One suggestion from the group involved creating a GPS-enabled crisis app so callers don’t have to remember the phone number.

“We know that technology has a lot of opportunity to improve a variety of things from response time or being able to instant message and provide feedback about the support you received,” she said.

The report also suggests exploring the possibility of changing the state’s three-digit food and housing hotline — 2-1-1 — to direct to the hotline.

Other suggestions include rolling out a statewide-integrated data system to better keep track of calls and upping the line’s marketing efforts to underserved populations.   

Credit Matt Bloom/KUNC
A sign advertising the crisis line is posted outside the call center's break room, where employees take a break before the late shift. The hotline is staffed 24/7, so the working hours of an operator don't line up with that of a typical business day.

In May of 2017, the state received a $7.8 million federal grant form the Substance Abuse and Mental Health Services Administration, or SAMHSA, to combat opioid addiction. A portion of that went to adding two opiate specialist positions to the hotline’s staff this spring: a peer support line operator and a clinician.

Heidi L. took on the role of the line’s first opiate specialist in March 2018. KUNC is withholding her last name for caller-operator privacy concerns.

She says the new position is a vital one considering the amount of calls she gets specifically about addiction-related crises.

“Sometimes when people are calling they just want detox,” she said. “Some people don’t know what they’re doing and have no idea of what to do or where to go.
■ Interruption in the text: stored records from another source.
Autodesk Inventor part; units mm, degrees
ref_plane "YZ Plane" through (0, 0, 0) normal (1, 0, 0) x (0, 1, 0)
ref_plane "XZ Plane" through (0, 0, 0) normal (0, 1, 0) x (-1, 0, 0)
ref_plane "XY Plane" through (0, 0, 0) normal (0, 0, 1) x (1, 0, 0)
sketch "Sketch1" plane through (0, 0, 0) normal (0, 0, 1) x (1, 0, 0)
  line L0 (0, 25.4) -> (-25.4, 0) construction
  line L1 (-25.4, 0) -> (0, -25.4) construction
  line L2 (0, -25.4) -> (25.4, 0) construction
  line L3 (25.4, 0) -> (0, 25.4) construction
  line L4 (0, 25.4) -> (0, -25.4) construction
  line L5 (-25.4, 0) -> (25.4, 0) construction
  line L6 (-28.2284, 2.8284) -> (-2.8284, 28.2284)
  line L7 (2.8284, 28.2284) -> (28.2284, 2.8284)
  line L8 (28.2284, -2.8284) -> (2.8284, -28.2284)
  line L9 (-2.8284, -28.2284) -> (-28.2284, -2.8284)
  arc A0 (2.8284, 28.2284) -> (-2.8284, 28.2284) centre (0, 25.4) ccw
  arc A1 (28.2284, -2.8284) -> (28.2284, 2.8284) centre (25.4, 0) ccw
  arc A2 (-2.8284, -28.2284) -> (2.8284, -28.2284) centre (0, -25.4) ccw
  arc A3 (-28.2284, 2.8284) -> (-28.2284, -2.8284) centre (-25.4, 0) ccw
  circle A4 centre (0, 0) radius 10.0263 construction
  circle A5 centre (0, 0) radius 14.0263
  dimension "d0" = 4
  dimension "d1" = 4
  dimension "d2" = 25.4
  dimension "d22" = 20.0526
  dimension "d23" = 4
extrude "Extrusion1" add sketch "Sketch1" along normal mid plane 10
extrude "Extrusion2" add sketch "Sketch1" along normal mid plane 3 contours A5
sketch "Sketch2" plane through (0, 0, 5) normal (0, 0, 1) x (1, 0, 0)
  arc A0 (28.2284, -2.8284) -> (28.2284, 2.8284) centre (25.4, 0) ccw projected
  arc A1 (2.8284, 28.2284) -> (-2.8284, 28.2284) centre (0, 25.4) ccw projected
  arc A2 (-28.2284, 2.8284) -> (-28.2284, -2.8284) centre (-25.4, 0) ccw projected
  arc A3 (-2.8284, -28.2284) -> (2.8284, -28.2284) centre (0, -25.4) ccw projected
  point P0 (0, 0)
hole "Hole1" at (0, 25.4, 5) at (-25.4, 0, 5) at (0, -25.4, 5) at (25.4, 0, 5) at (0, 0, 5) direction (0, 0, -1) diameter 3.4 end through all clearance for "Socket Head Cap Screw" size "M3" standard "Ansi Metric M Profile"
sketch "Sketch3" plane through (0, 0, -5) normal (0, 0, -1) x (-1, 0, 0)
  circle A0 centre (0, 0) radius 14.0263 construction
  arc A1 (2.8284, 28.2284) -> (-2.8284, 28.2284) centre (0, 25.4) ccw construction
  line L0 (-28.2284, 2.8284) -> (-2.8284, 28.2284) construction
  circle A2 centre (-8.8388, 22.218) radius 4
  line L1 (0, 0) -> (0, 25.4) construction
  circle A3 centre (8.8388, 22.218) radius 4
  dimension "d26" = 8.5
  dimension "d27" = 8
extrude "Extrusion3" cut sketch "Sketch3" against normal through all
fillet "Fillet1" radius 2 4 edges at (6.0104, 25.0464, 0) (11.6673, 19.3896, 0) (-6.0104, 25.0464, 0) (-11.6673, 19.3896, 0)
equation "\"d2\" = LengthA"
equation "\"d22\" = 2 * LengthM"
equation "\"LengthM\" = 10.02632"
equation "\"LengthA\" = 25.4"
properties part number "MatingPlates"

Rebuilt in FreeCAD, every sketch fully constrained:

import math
import FreeCAD as App
import Part
import Sketcher
from FreeCAD import Vector


def edges_at(feature, points):
    """Names of the edges that pass closest to the given points."""
    edges = feature.Shape.Edges
    near = lambda p: min(range(len(edges)), key=lambda i: edges[i].distToShape(Part.Vertex(*p))[0])
    return sorted({f"Edge{near(p) + 1}" for p in points})

doc = App.newDocument("Part")
body = doc.addObject("PartDesign::Body", "Body")

sketch1 = body.newObject("Sketcher::SketchObject", "Sketch")
sketch1.AttachmentSupport = (doc.getObject("XY_Plane"), [""])
sketch1.MapMode = "FlatFace"
sketch1.addGeometry(Part.LineSegment(Vector(-2.8, 28.2, 0), Vector(-28.2, 2.8, 0)), False)
sketch1.addGeometry(Part.ArcOfCircle(Part.Circle(Vector(-25.4, 0, 0), Vector(0, 0, 1), 4), math.radians(135), math.radians(225)), False)
sketch1.addGeometry(Part.LineSegment(Vector(-28.2, -2.8, 0), Vector(-2.8, -28.2, 0)), False)
sketch1.addGeometry(Part.ArcOfCircle(Part.Circle(Vector(0, -25.4, 0), Vector(0, 0, 1), 4), math.radians(-135), math.radians(-45)), False)
sketch1.addGeometry(Part.LineSegment(Vector(2.8, -28.2, 0), Vector(28.2, -2.8, 0)), False)
sketch1.addGeometry(Part.ArcOfCircle(Part.Circle(Vector(25.4, 0, 0), Vector(0, 0, 1), 4), math.radians(-45), math.radians(45)), False)
sketch1.addGeometry(Part.LineSegment(Vector(28.2, 2.8, 0), Vector(2.8, 28.2, 0)), False)
sketch1.addGeometry(Part.ArcOfCircle(Part.Circle(Vector(0, 25.4, 0), Vector(0, 0, 1), 4), math.radians(45), math.radians(135)), False)
sketch1.addGeometry(Part.Circle(Vector(0, 0, 0), Vector(0, 0, 1), 14), False)
sketch1.addConstraint(Sketcher.Constraint("Tangent", 0, 2, 1, 1))
sketch1.addConstraint(Sketcher.Constraint("Tangent", 1, 2, 2, 1))
sketch1.addConstraint(Sketcher.Constraint("Tangent", 2, 2, 3, 1))
sketch1.addConstraint(Sketcher.Constraint("Tangent", 3, 2, 4, 1))
sketch1.addConstraint(Sketcher.Constraint("Tangent", 4, 2, 5, 1))
sketch1.addConstraint(Sketcher.Constraint("Tangent", 5, 2, 6, 1))
sketch1.addConstraint(Sketcher.Constraint("Tangent", 6, 2, 7, 1))
sketch1.addConstraint(Sketcher.Constraint("Tangent", 7, 2, 0, 1))
sketch1.addConstraint(Sketcher.Constraint("Coincident", 8, 3, -1, 1))
sketch1.addConstraint(Sketcher.Constraint("Equal", 1, 3))
sketch1.addConstraint(Sketcher.Constraint("Equal", 3, 5))
sketch1.addConstraint(Sketcher.Constraint("Equal", 5, 7))
sketch1.addConstraint(Sketcher.Constraint("Symmetric", 1, 3, 5, 3, -1, 1))
sketch1.addConstraint(Sketcher.Constraint("Symmetric", 3, 3, 7, 3, -1, 1))
sketch1.addConstraint(Sketcher.Constraint("Symmetric", 2, 2, 3, 2, -2))
sketch1.addConstraint(Sketcher.Constraint("Perpendicular", 0, 2))
sketch1.addConstraint(Sketcher.Constraint("Radius", 1, 4.0))
sketch1.addConstraint(Sketcher.Constraint("DistanceX", 1, 3, -1, 1, 25.4))
sketch1.addConstraint(Sketcher.Constraint("Diameter", 8, 28.0526))
pad1 = body.newObject("PartDesign::Pad", "Pad")
pad1.Profile = sketch1
pad1.Length = 10
pad1.Midplane = True

sketch2 = body.newObject("Sketcher::SketchObject", "Sketch001")
sketch2.AttachmentSupport = (doc.getObject("XY_Plane"), [""])
sketch2.MapMode = "FlatFace"
sketch2.addGeometry(Part.Circle(Vector(0, 0, 0), Vector(0, 0, 1), 14), False)
sketch2.addConstraint(Sketcher.Constraint("Coincident", 0, 3, -1, 1))
sketch2.addConstraint(Sketcher.Constraint("Diameter", 0, 28.0526))
pad2 = body.newObject("PartDesign::Pad", "Pad001")
pad2.Profile = sketch2
pad2.Length = 3
pad2.Midplane = True

sketch3 = body.newObject("Sketcher::SketchObject", "Sketch002")
sketch3.AttachmentSupport = (doc.getObject("XY_Plane"), [""])
sketch3.MapMode = "FlatFace"
sketch3.AttachmentOffset = App.Placement(Vector(0, 0, 5), App.Rotation())
sketch3.addGeometry(Part.Circle(Vector(0, 25.4, 0), Vector(0, 0, 1), 1.7), False)
sketch3.addGeometry(Part.Circle(Vector(-25.4, 0, 0), Vector(0, 0, 1), 1.7), False)
sketch3.addGeometry(Part.Circle(Vector(0, -25.4, 0), Vector(0, 0, 1), 1.7), False)
sketch3.addGeometry(Part.Circle(Vector(25.4, 0, 0), Vector(0, 0, 1), 1.7), False)
sketch3.addGeometry(Part.Circle(Vector(0, 0, 0), Vector(0, 0, 1), 1.7), False)
sketch3.addConstraint(Sketcher.Constraint("Coincident", 4, 3, -1, 1))
sketch3.addConstraint(Sketcher.Constraint("Equal", 0, 1))
sketch3.addConstraint(Sketcher.Constraint("Equal", 1, 2))
sketch3.addConstraint(Sketcher.Constraint("Equal", 2, 3))
sketch3.addConstraint(Sketcher.Constraint("Equal", 3, 4))
sketch3.addConstraint(Sketcher.Constraint("Symmetric", 0, 3, 2, 3, -1, 1))
sketch3.addConstraint(Sketcher.Constraint("Symmetric", 1, 3, 3, 3, -1, 1))
sketch3.addConstraint(Sketcher.Constraint("PointOnObject", 0, 3, -2))
sketch3.addConstraint(Sketcher.Constraint("PointOnObject", 1, 3, -1))
sketch3.addConstraint(Sketcher.Constraint("Diameter", 0, 3.4))
sketch3.addConstraint(Sketcher.Constraint("DistanceY", -1, 1, 0, 3, 25.4))
sketch3.addConstraint(Sketcher.Constraint("DistanceX", 1, 3, -1, 1, 25.4))
doc.recompute()
hole = body.newObject("PartDesign::Hole", "Hole")
hole.Profile = sketch3
hole.ThreadType = "None"
hole.Diameter = 3.4
hole.DepthType = "ThroughAll"

sketch4 = body.newObject("Sketcher::SketchObject", "Sketch003")
sketch4.AttachmentSupport = (doc.getObject("XY_Plane"), [""])
sketch4.MapMode = "FlatFace"
sketch4.AttachmentOffset = App.Placement(Vector(0, 0, -5), App.Rotation())
sketch4.addGeometry(Part.Circle(Vector(8.8, 22.2, 0), Vector(0, 0, 1), 4), False)
sketch4.addGeometry(Part.Circle(Vector(-8.8, 22.2, 0), Vector(0, 0, 1), 4), False)
sketch4.addConstraint(Sketcher.Constraint("Equal", 0, 1))
sketch4.addConstraint(Sketcher.Constraint("Symmetric", 0, 3, 1, 3, -2))
sketch4.addConstraint(Sketcher.Constraint("Diameter", 0, 8.0))
sketch4.addConstraint(Sketcher.Constraint("DistanceY", -1, 1, 0, 3, 22.218))
sketch4.addConstraint(Sketcher.Constraint("DistanceX", -1, 1, 0, 3, 8.8388))
pocket1 = body.newObject("PartDesign::Pocket", "Pocket")
pocket1.Profile = sketch4
pocket1.Type = "ThroughAll"
pocket1.Reversed = True
doc.recompute()

fillet = body.newObject("PartDesign::Fillet", "Fillet")
fillet.Base = (pocket1, edges_at(pocket1, [
    (6.01, 25.046, 0),
    (11.667, 19.39, 0),
    (-6.01, 25.046, 0),
    (-11.667, 19.39, 0),
]))
fillet.Radius = 2

doc.recompute()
It’s a really complex problem.”

Her first contact with the crisis line was as a user. She dialed in during a panic attack on her way to a work training in 2013 and again before a suicide attempt in 2014.

She says it was an invaluable part of her recovery.

“Even if I didn’t have anybody else, there was somebody who gave a damn that I picked up the phone,” she said.

Credit Matt Bloom/KUNC
The call center's tranquility room offers an escape for operators, who often answer dozens of calls a day from those experiencing a mental health crisis.

Taking care of their own

Even the people answering the phones need a break at some point. That’s why the center has what staff call the “tranquility room.”

Stohlmann-Rainey sorts the assortment of stress-relieving tools in the small room, away from the chorus of calm voices emanating from the office’s rows of cubicles. There’s a yoga mat, a salt lamp and a massage chair. A door shuts, keeping it quiet. 

Stohlmann-Rainey used to do jiu-jitsu. She brought in a rebreakable board.

“So people can get some energy out,” she says, laughing.

A sense of humor is also important, she adds. The work of an operator can be grueling.  

“We ask them to do something really big, which is to meet people who are in their darkest moments,” she says. “And that’s a really vulnerable place to ask people to be.” 

Without supporting the call center’s staff, she says, they can’t support the growing number of callers.